● TASK DESCRIPTION
Copy every line of the data in which the word "this" occurs.

● DATA SUPPLIED
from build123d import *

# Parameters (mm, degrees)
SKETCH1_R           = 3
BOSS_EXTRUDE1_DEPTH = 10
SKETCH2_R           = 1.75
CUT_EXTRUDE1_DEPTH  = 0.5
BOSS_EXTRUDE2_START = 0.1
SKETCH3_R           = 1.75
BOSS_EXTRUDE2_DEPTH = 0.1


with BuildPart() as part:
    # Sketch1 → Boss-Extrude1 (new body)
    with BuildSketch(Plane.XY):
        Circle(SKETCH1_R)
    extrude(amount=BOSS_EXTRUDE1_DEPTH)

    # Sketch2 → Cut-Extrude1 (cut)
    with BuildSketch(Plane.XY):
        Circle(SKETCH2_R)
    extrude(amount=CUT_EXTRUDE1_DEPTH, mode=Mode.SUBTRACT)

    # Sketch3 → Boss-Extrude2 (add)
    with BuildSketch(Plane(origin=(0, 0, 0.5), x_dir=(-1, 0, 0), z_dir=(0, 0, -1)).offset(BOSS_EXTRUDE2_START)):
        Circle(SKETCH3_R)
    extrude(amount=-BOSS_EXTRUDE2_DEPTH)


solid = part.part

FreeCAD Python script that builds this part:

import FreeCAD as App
import Part
import Sketcher
from FreeCAD import Vector

doc = App.newDocument("Part")
params = doc.addObject("Spreadsheet::Sheet", "Params")
for row, (alias, value) in enumerate([
    ("sketch1_diameter", "6 mm"),
    ("pad1_length", "10 mm"),
    ("sketch2_diameter", "3.5 mm"),
    ("pocket1_length", "0.5 mm"),
    ("sketch3_diameter", "3.5 mm"),
    ("pad2_length", "0.1 mm"),
], start=1):
    params.set(f"A{row}", alias)
    params.set(f"B{row}", "=" + value)
    params.setAlias(f"B{row}", alias)

body = doc.addObject("PartDesign::Body", "Body")

sketch1 = body.newObject("Sketcher::SketchObject", "Sketch")
sketch1.AttachmentSupport = (doc.getObject("XY_Plane"), [""])
sketch1.MapMode = "FlatFace"
sketch1.addGeometry(Part.Circle(Vector(0, 0, 0), Vector(0, 0, 1), 3), False)
sketch1.addConstraint(Sketcher.Constraint("Coincident", 0, 3, -1, 1))
sketch1.addConstraint(Sketcher.Constraint("Diameter", 0, 6.0))
sketch1.setExpression("Constraints[1]", "Params.sketch1_diameter")
pad1 = body.newObject("PartDesign::Pad", "Pad")
pad1.Profile = sketch1
pad1.setExpression("Length", "Params.pad1_length")

sketch2 = body.newObject("Sketcher::SketchObject", "Sketch001")
sketch2.AttachmentSupport = (doc.getObject("XY_Plane"), [""])
sketch2.MapMode = "FlatFace"
sketch2.addGeometry(Part.Circle(Vector(0, 0, 0), Vector(0, 0, 1), 1.8), False)
sketch2.addConstraint(Sketcher.Constraint("Coincident", 0, 3, -1, 1))
sketch2.addConstraint(Sketcher.Constraint("Diameter", 0, 3.5))
sketch2.setExpression("Constraints[1]", "Params.sketch2_diameter")
pocket1 = body.newObject("PartDesign::Pocket", "Pocket")
pocket1.Profile = sketch2
pocket1.setExpression("Length", "Params.pocket1_length")
pocket1.Reversed = True

sketch3 = body.newObject("Sketcher::SketchObject", "Sketch002")
sketch3.AttachmentSupport = (doc.getObject("XY_Plane"), [""])
sketch3.MapMode = "FlatFace"
sketch3.AttachmentOffset = App.Placement(Vector(0, 0, 0.4), App.Rotation())
sketch3.addGeometry(Part.Circle(Vector(0, 0, 0), Vector(0, 0, 1), 1.8), False)
sketch3.addConstraint(Sketcher.Constraint("Coincident", 0, 3, -1, 1))
sketch3.addConstraint(Sketcher.Constraint("Diameter", 0, 3.5))
sketch3.setExpression("Constraints[1]", "Params.sketch3_diameter")
pad2 = body.newObject("PartDesign::Pad", "Pad001")
pad2.Profile = sketch3
pad2.setExpression("Length", "Params.pad2_length")

doc.recompute()
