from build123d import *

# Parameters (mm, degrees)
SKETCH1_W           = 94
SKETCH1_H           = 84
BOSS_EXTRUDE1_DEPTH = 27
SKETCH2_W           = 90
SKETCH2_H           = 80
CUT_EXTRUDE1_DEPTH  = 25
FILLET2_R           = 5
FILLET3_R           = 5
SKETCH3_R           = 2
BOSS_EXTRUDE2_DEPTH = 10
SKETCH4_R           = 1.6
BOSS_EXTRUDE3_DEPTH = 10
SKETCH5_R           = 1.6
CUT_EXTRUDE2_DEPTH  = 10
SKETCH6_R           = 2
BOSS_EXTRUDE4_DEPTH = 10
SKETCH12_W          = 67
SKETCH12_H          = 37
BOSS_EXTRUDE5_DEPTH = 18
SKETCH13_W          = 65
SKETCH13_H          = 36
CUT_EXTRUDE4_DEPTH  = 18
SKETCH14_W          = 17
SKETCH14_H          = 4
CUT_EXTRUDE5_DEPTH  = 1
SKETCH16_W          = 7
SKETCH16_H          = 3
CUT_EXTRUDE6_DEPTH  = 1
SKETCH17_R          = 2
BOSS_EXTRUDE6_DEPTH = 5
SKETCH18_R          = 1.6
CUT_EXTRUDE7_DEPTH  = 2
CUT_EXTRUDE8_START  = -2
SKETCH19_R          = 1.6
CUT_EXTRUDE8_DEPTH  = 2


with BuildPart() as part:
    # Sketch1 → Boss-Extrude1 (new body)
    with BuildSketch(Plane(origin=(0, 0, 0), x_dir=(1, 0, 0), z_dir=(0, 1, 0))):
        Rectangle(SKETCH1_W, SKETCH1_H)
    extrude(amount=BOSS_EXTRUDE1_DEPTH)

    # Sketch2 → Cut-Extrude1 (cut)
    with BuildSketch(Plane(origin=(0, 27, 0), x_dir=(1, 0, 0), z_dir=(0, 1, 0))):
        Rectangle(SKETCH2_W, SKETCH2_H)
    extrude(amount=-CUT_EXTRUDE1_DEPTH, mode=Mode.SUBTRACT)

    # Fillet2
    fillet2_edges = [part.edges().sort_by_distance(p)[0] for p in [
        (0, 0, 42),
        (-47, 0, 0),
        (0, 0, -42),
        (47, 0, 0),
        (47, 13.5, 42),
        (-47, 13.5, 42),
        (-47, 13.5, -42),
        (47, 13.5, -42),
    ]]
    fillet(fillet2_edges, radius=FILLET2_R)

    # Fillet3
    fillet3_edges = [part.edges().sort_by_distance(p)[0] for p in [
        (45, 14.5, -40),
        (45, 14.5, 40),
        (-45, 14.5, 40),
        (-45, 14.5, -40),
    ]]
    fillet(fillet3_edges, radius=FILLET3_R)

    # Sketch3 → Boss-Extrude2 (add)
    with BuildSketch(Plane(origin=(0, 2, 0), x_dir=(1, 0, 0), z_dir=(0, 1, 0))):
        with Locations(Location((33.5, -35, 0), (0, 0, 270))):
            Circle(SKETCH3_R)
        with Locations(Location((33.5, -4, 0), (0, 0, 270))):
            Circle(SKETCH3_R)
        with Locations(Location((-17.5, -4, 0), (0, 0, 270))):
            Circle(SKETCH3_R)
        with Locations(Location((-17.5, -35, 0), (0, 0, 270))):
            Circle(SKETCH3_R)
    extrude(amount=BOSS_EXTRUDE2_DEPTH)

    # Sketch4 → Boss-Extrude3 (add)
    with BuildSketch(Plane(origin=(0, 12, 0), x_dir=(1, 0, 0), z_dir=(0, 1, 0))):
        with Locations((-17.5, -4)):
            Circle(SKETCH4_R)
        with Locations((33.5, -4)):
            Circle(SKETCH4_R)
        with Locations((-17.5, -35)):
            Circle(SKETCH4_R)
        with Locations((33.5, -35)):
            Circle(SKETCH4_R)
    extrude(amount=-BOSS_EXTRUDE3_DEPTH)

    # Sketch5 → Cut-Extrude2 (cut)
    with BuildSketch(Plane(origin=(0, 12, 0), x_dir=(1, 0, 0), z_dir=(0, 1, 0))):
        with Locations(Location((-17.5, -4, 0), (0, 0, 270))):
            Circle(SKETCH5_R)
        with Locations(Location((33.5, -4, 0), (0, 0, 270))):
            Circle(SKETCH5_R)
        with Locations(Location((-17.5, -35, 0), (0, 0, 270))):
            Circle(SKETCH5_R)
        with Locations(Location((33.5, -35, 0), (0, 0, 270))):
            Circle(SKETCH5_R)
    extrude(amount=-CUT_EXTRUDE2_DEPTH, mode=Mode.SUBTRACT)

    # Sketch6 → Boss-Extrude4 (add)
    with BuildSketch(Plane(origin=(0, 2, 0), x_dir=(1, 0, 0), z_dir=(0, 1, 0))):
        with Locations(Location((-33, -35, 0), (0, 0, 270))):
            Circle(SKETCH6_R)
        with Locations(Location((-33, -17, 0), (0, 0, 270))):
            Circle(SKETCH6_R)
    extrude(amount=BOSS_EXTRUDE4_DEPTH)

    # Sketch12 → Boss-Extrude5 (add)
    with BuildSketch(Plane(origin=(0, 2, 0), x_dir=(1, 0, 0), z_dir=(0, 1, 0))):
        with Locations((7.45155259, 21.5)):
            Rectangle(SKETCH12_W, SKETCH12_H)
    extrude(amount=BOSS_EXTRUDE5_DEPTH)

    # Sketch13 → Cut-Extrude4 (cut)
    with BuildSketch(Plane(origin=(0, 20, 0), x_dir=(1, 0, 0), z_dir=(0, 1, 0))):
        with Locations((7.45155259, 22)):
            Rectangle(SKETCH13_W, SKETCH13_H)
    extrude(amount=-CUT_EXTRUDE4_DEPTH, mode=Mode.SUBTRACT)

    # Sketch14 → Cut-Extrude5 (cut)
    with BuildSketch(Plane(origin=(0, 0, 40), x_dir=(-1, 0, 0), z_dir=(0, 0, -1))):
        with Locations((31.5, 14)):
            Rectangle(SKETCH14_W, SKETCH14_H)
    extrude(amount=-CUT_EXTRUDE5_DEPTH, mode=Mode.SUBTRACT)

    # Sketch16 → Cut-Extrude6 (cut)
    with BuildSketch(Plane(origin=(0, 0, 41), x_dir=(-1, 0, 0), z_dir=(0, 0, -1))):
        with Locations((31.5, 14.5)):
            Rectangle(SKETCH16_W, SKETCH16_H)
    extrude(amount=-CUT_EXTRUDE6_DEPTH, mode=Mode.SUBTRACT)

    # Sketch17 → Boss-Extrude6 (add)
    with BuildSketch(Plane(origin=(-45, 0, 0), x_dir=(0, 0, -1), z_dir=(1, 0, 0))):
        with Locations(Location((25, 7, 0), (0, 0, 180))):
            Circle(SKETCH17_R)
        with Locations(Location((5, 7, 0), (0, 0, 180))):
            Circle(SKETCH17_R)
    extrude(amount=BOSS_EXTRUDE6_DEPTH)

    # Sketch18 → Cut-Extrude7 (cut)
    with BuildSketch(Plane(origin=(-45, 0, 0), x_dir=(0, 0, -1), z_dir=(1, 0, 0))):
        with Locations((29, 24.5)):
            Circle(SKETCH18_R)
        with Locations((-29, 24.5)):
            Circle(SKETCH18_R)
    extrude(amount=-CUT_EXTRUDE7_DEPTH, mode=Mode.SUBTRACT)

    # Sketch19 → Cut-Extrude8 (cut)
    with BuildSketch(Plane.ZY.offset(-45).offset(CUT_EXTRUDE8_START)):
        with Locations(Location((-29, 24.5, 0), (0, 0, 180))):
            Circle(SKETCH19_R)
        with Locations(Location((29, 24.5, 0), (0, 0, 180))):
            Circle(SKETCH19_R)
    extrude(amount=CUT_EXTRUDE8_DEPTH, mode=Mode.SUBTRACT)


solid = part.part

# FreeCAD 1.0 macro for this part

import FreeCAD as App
import Part
import Sketcher

V = App.Vector


def edges_at(feature, points):
    """Names of the edges that pass closest to the given points."""
    edges = feature.Shape.Edges
    near = lambda p: min(range(len(edges)), key=lambda i: edges[i].distToShape(Part.Vertex(*p))[0])
    return sorted({f"Edge{near(p) + 1}" for p in points})

doc = App.newDocument("Part")
params = doc.addObject("Spreadsheet::Sheet", "Params")
for row, (alias, value) in enumerate([
    ("sketch1_width", "94 mm"),
    ("sketch1_height", "84 mm"),
    ("pad1_length", "27 mm"),
    ("sketch2_width", "90 mm"),
    ("sketch2_height", "80 mm"),
    ("pocket1_length", "25 mm"),
    ("fillet_radius", "5 mm"),
    ("fillet2_radius", "5 mm"),
    ("sketch3_diameter", "4 mm"),
    ("pad2_length", "10 mm"),
    ("sketch4_diameter", "3.2 mm"),
    ("pad3_length", "10 mm"),
    ("sketch5_diameter", "3.2 mm"),
    ("pocket2_length", "10 mm"),
    ("sketch6_diameter", "4 mm"),
    ("pad4_length", "10 mm"),
    ("sketch7_width", "67 mm"),
    ("sketch7_height", "37 mm"),
    ("pad5_length", "18 mm"),
    ("sketch8_width", "65 mm"),
    ("sketch8_height", "36 mm"),
    ("pocket3_length", "18 mm"),
    ("sketch9_width", "17 mm"),
    ("sketch9_height", "4 mm"),
    ("pocket4_length", "1 mm"),
    ("sketch10_width", "7 mm"),
    ("sketch10_height", "3 mm"),
    ("pocket5_length", "1 mm"),
    ("sketch11_diameter", "4 mm"),
    ("pad6_length", "5 mm"),
    ("sketch12_diameter", "3.2 mm"),
    ("pocket6_length", "2 mm"),
    ("sketch13_diameter", "3.2 mm"),
    ("pocket7_length", "2 mm"),
], start=1):
    params.set(f"A{row}", alias)
    params.set(f"B{row}", "=" + value)
    params.setAlias(f"B{row}", alias)

body = doc.addObject("PartDesign::Body", "Body")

● EXERCISE RESULT
FreeCAD Python script that builds this part:
# FreeCAD 1.0 macro for this part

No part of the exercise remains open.